Tapi pada akhirnya harus berbenturan dengan sistem kan... saat ada pasien difteri datang, antidifteri sedang tidak ada; mau pasang alat, alatnya sedang dipakai orang, mau masukin pasien ke ruangan ternyata ga ada tempat, dsb.
Oya, jadi tenaga medis juga serba salah loh...Saya punya pengalaman yah, waktu dokter umum dulu, ada pasien datang keracunan organofosfat. Pasien datang dalam kondisi buruk, tidak sadar.. pokoknya jelek banget. Saat itu saya tahu ICU kami sedang penuh. Yang terpikirkan adalah TOLONG PASIEN DULU!!
Saya langsung ambil tindakan ini-itu, sambil meminta admin mencarikan ICU di rs luar. Untungnya pasien ini dapat ICU luar.
Pasien sudah stabil dalam waktu singkat, dan siap dirujuk. Tibalah keluarga diminta mengurus administrasi. Jreeennng... habis 1 juta lebih... saya pun akhirnya dimarahi keluarga pasien, katanya di IGD cuma bentar kok bayarnya mahal. Saya pun spontan bilang,"saya gratiskan jasa medis saya ya pak!" Dan tagihan pun masih di atas 1 juta, karena kala itu jasa medis saya hanya 10 ribu... hihihi...

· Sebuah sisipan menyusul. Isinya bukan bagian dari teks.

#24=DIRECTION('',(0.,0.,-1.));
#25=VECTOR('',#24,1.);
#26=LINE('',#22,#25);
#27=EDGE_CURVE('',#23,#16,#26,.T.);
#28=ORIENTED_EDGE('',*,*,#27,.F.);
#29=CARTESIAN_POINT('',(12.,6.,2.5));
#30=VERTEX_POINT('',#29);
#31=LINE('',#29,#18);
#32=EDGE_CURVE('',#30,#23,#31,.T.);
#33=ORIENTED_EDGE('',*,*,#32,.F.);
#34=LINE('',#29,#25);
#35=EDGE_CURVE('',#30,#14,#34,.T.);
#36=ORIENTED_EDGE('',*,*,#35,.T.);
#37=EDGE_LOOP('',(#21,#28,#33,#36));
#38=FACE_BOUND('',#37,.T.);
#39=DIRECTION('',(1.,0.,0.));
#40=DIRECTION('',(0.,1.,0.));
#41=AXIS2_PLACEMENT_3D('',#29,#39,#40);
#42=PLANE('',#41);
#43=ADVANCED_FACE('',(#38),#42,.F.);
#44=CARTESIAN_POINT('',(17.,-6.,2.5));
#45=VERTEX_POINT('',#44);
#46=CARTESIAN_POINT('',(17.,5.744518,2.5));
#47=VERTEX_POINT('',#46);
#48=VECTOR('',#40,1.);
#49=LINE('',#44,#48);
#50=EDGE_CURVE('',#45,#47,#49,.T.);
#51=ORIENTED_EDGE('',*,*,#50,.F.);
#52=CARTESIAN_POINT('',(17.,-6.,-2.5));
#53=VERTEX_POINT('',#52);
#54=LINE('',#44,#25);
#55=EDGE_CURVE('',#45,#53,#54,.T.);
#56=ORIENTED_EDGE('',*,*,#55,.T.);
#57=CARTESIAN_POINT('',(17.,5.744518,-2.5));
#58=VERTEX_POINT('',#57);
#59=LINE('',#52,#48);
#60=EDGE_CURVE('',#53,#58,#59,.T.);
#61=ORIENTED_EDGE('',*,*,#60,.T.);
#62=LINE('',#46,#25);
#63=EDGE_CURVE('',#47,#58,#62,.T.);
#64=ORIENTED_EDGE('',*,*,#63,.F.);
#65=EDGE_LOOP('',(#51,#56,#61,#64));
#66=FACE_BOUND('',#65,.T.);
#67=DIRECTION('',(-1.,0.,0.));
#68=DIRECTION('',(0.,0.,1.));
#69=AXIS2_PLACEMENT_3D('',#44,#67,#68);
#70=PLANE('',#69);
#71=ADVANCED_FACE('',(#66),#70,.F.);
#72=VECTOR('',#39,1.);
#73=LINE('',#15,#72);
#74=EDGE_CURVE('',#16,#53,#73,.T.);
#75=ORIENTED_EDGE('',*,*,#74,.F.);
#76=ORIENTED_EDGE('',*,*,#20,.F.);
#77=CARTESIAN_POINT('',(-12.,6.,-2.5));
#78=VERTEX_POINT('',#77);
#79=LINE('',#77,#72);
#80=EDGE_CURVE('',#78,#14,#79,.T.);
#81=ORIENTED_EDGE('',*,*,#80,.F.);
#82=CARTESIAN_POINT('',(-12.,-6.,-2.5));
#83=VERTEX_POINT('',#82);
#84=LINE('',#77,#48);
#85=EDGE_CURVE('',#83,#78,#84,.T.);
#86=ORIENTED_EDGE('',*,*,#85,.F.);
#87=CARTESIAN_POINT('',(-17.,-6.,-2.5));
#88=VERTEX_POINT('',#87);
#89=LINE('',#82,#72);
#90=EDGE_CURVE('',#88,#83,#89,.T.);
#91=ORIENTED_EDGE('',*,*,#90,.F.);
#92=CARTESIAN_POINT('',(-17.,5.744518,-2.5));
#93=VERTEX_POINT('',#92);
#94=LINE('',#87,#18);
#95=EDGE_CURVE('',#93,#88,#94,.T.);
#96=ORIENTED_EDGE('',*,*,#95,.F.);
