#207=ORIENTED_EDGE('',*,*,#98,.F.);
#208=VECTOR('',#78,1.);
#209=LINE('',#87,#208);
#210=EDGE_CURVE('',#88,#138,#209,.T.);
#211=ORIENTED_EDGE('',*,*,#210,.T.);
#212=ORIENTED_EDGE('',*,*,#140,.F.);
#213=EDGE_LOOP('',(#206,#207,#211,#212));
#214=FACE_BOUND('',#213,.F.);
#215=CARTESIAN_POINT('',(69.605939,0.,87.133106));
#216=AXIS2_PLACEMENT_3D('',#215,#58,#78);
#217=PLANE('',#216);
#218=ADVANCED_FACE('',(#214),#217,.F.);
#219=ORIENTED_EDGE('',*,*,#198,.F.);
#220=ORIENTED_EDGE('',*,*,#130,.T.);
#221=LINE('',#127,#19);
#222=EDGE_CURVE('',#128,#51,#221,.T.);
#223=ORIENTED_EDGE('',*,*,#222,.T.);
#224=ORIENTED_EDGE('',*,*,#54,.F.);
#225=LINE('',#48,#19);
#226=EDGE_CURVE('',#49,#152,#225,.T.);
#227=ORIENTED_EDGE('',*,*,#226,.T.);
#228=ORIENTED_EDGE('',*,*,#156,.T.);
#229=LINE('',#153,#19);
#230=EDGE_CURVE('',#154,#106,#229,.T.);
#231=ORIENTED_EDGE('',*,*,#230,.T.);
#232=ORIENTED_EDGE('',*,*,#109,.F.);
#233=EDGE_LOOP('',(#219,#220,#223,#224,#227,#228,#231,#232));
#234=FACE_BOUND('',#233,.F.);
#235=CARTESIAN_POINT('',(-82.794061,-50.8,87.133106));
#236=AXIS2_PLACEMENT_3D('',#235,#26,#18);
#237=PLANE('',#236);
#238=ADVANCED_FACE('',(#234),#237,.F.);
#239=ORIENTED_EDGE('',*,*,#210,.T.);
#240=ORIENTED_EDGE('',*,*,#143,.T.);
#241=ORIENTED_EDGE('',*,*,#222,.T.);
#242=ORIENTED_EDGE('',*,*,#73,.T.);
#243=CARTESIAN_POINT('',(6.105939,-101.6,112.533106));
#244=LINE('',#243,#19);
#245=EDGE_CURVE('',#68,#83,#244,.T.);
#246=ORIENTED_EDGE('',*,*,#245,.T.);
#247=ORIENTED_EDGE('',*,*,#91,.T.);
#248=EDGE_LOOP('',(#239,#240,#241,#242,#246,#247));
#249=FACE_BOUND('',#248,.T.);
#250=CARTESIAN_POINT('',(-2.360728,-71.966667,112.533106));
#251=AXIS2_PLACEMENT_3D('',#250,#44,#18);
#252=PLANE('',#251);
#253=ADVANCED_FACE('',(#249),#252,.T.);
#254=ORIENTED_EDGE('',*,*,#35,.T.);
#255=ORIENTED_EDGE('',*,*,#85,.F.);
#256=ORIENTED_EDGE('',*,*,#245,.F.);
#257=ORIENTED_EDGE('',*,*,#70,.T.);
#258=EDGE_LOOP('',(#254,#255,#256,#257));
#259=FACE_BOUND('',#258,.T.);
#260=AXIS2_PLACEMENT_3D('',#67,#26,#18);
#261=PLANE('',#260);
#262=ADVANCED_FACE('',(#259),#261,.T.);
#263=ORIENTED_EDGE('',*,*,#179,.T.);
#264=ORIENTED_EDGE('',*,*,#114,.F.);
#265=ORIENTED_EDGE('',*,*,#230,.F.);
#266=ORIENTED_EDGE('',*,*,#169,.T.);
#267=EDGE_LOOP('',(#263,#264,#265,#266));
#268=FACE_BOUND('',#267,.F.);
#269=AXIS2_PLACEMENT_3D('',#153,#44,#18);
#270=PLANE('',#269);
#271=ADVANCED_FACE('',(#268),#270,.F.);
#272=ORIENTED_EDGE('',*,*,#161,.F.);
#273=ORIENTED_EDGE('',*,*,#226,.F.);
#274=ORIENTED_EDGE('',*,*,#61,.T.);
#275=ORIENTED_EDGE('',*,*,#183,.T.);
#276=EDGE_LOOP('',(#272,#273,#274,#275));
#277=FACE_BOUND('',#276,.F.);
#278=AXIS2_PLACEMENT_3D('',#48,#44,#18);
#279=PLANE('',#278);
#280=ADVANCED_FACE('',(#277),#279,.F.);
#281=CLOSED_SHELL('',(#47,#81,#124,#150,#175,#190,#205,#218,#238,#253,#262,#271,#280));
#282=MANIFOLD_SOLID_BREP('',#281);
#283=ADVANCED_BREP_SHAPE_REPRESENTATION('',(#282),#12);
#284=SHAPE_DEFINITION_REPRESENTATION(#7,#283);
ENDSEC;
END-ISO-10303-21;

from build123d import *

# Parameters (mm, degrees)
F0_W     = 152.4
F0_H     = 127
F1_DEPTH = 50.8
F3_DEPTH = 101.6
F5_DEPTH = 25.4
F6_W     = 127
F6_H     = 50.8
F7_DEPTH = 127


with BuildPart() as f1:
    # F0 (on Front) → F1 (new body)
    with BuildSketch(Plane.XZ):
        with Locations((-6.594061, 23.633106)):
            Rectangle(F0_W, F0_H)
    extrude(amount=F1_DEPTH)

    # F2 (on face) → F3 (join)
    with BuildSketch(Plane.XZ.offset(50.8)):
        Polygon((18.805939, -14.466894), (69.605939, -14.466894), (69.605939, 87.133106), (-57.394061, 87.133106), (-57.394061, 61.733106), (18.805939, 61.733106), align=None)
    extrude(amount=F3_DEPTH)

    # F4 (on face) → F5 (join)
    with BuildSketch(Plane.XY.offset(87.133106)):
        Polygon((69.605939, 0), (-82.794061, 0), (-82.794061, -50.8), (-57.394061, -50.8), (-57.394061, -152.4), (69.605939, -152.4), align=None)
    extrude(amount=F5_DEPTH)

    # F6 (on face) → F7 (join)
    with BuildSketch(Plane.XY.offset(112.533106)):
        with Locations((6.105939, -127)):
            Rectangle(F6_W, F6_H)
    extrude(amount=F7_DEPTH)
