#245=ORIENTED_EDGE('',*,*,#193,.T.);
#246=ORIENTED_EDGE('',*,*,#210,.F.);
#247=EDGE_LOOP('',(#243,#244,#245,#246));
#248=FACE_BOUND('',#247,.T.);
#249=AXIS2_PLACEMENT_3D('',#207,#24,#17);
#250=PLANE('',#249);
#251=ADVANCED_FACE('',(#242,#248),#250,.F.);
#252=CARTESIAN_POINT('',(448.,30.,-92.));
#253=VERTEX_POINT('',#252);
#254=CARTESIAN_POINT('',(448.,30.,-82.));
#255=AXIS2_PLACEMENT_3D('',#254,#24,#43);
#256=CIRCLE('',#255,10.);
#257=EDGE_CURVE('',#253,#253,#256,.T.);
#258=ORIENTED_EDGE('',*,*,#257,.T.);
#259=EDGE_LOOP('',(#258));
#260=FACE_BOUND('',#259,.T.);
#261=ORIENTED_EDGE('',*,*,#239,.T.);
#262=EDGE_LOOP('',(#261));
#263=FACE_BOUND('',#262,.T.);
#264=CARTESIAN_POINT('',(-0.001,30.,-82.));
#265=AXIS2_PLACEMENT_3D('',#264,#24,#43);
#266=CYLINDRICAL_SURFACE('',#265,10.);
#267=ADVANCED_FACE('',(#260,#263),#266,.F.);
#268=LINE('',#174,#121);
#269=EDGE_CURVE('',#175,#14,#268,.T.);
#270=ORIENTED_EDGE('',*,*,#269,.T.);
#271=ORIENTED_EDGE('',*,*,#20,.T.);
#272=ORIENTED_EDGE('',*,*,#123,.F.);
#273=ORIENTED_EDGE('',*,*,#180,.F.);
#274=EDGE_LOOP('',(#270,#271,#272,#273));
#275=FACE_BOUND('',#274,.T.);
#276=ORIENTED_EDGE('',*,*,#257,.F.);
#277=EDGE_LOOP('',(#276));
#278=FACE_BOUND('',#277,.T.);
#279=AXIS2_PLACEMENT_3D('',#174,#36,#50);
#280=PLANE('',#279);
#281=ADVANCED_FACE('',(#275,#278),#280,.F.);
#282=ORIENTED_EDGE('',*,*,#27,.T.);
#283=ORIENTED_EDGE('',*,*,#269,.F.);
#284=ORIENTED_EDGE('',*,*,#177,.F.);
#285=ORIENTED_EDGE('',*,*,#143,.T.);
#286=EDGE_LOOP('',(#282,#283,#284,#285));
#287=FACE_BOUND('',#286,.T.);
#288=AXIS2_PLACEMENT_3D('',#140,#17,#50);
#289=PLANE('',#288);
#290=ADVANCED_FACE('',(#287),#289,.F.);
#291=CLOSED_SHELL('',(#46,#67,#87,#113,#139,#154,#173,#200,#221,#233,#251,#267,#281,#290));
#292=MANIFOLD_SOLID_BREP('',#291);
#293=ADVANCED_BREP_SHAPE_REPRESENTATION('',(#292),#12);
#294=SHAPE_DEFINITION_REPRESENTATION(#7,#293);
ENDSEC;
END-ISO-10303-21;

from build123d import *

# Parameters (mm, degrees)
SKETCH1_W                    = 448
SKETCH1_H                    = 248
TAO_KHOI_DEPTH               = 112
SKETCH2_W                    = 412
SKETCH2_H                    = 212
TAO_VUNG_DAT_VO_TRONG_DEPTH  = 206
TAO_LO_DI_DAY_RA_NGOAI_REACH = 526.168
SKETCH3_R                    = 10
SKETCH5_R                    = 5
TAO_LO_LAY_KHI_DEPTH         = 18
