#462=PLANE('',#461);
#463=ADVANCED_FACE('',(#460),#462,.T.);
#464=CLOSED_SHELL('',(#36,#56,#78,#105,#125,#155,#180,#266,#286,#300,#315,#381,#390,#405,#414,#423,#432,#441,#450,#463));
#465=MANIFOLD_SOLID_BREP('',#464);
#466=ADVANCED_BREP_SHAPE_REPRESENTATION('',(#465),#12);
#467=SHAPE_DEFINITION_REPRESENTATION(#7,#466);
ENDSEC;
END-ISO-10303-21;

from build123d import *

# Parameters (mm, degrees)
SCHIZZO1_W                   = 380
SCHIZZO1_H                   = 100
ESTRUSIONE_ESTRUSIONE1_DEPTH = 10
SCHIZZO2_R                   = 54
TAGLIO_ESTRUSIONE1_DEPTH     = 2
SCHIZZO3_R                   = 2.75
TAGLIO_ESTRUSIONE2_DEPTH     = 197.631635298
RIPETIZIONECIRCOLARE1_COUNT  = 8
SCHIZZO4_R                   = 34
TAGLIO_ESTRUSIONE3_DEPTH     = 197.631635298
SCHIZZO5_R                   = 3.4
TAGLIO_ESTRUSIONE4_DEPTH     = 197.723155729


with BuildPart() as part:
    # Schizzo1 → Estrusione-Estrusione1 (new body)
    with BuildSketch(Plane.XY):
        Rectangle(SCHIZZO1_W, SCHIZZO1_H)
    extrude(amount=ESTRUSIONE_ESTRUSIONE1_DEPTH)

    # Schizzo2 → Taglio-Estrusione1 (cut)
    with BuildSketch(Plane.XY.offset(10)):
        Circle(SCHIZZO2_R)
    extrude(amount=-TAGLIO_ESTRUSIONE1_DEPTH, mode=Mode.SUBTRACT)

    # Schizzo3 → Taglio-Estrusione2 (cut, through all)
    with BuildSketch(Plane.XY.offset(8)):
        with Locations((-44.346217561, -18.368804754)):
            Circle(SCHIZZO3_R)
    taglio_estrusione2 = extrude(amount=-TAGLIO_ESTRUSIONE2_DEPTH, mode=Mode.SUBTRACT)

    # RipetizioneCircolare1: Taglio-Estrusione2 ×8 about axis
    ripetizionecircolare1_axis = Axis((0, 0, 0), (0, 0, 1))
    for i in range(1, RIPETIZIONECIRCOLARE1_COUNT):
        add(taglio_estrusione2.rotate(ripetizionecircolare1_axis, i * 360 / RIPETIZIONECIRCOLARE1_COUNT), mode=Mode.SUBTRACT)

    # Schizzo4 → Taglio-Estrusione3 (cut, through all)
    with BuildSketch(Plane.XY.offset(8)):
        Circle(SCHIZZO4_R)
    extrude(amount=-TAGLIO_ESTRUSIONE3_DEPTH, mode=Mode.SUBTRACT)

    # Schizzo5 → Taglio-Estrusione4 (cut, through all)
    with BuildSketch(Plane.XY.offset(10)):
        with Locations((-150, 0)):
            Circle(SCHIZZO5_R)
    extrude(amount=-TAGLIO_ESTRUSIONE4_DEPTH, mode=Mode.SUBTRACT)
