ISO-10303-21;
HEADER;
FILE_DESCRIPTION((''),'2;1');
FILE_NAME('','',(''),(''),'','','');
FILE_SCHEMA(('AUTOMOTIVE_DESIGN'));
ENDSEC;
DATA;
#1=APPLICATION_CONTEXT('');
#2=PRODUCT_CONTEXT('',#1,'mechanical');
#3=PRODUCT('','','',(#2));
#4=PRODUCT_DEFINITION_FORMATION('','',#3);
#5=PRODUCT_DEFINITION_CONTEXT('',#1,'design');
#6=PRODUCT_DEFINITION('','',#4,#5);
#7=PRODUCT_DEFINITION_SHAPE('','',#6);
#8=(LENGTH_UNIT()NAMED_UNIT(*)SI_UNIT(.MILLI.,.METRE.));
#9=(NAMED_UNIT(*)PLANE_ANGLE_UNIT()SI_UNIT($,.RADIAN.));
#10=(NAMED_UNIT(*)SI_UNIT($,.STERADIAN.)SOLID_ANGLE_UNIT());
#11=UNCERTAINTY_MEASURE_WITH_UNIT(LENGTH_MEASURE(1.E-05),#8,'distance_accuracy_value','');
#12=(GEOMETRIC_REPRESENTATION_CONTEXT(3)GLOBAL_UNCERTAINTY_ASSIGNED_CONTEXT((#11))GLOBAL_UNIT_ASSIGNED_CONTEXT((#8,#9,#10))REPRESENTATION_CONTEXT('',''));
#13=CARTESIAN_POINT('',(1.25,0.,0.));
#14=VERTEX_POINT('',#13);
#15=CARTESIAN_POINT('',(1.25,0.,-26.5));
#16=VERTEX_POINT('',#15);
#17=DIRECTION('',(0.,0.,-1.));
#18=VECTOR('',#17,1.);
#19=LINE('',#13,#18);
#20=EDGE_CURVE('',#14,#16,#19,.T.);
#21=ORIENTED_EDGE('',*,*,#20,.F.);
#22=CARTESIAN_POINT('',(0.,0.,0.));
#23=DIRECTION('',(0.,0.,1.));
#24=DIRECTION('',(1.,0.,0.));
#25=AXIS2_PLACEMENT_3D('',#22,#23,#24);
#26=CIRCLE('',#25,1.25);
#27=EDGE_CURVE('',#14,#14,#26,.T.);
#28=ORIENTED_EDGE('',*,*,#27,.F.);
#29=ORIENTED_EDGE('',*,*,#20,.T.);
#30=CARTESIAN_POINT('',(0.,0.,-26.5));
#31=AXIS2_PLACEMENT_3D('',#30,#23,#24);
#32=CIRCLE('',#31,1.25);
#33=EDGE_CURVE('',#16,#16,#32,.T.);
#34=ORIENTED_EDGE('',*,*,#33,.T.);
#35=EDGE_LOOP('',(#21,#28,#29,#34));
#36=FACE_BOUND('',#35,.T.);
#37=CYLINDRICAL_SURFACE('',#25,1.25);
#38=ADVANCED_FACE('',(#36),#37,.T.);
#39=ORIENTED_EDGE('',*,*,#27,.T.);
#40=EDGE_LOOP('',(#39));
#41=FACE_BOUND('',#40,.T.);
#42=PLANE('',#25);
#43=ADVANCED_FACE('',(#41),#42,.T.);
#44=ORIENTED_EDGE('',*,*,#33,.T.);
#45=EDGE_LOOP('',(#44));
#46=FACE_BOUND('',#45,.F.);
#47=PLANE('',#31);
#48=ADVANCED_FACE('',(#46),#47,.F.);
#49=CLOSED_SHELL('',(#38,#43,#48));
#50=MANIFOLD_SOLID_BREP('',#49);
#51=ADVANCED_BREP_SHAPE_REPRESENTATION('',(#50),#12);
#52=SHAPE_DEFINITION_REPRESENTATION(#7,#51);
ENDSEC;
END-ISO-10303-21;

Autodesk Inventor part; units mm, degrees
ref_plane "YZ Plane" through (0, 0, 0) normal (1, 0, 0) x (0, 1, 0)
ref_plane "XZ Plane" through (0, 0, 0) normal (0, 1, 0) x (-1, 0, 0)
ref_plane "XY Plane" through (0, 0, 0) normal (0, 0, 1) x (1, 0, 0)
extrude "Extrusion1" [suppressed]
extrude "Extrusion2" [suppressed]
sketch "Sketch3" plane through (0, 0, 0) normal (0, 0, 1) x (1, 0, 0)
  circle A0 centre (0, 0) radius 1.25
  dimension "d9" = 2.5
extrude "Extrusion3" add sketch "Sketch3" against normal blind 26.5
properties part number "P88042_Wheel_Hex_Pin_B"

Jadi tenaga medis serba salah yah... mau menindak pasien kritis salah, ga menindak juga salah.. hayoooo baiknya gimana????
Oya, teman2 perlu tahu ya, tindakan yang paling penting untuk menyelamatkan pasien kritis adalah tindakan di IGD. Mau masuk NICU/PICU/ICU itu seharusnya menunggu pasien stabil untuk ditransfer. Jadi, tindakan terpenting adalah tindakan di IGD, bukan masuk PICU atau enggak. Pasien kritis baru akan masuk PICU setelah stabil yaaa... jadi tindakan kegawatan untuk mengatasi pasien kritis bukan di PICU, tapi yang terutama adalah di IGD. Masuk PICU tidak menjamin pasien bisa tertolong. Dalam hal kasus debora, pihak RS menyatakan sudah melakukan pertolongan maksimal di IGD, dan hal ini dibenarkan oleh dinas kesehatan dki jakarta.
Bener ga?
3. Berperanlah sebagai rumah sakit swasta.
Kita punya cita-cita yang tinggi: pingin menolong banyak pasien. Kita ambil pinjaman uang di bank, membangun sebuah rumah sakit, membeli alat medis yang mahalnya ujubuneng, rekrut tenaga medis, paramedis, adm, cleaning service, POS, ipSrs, gizi, farmasi, dan masih banyak lagi.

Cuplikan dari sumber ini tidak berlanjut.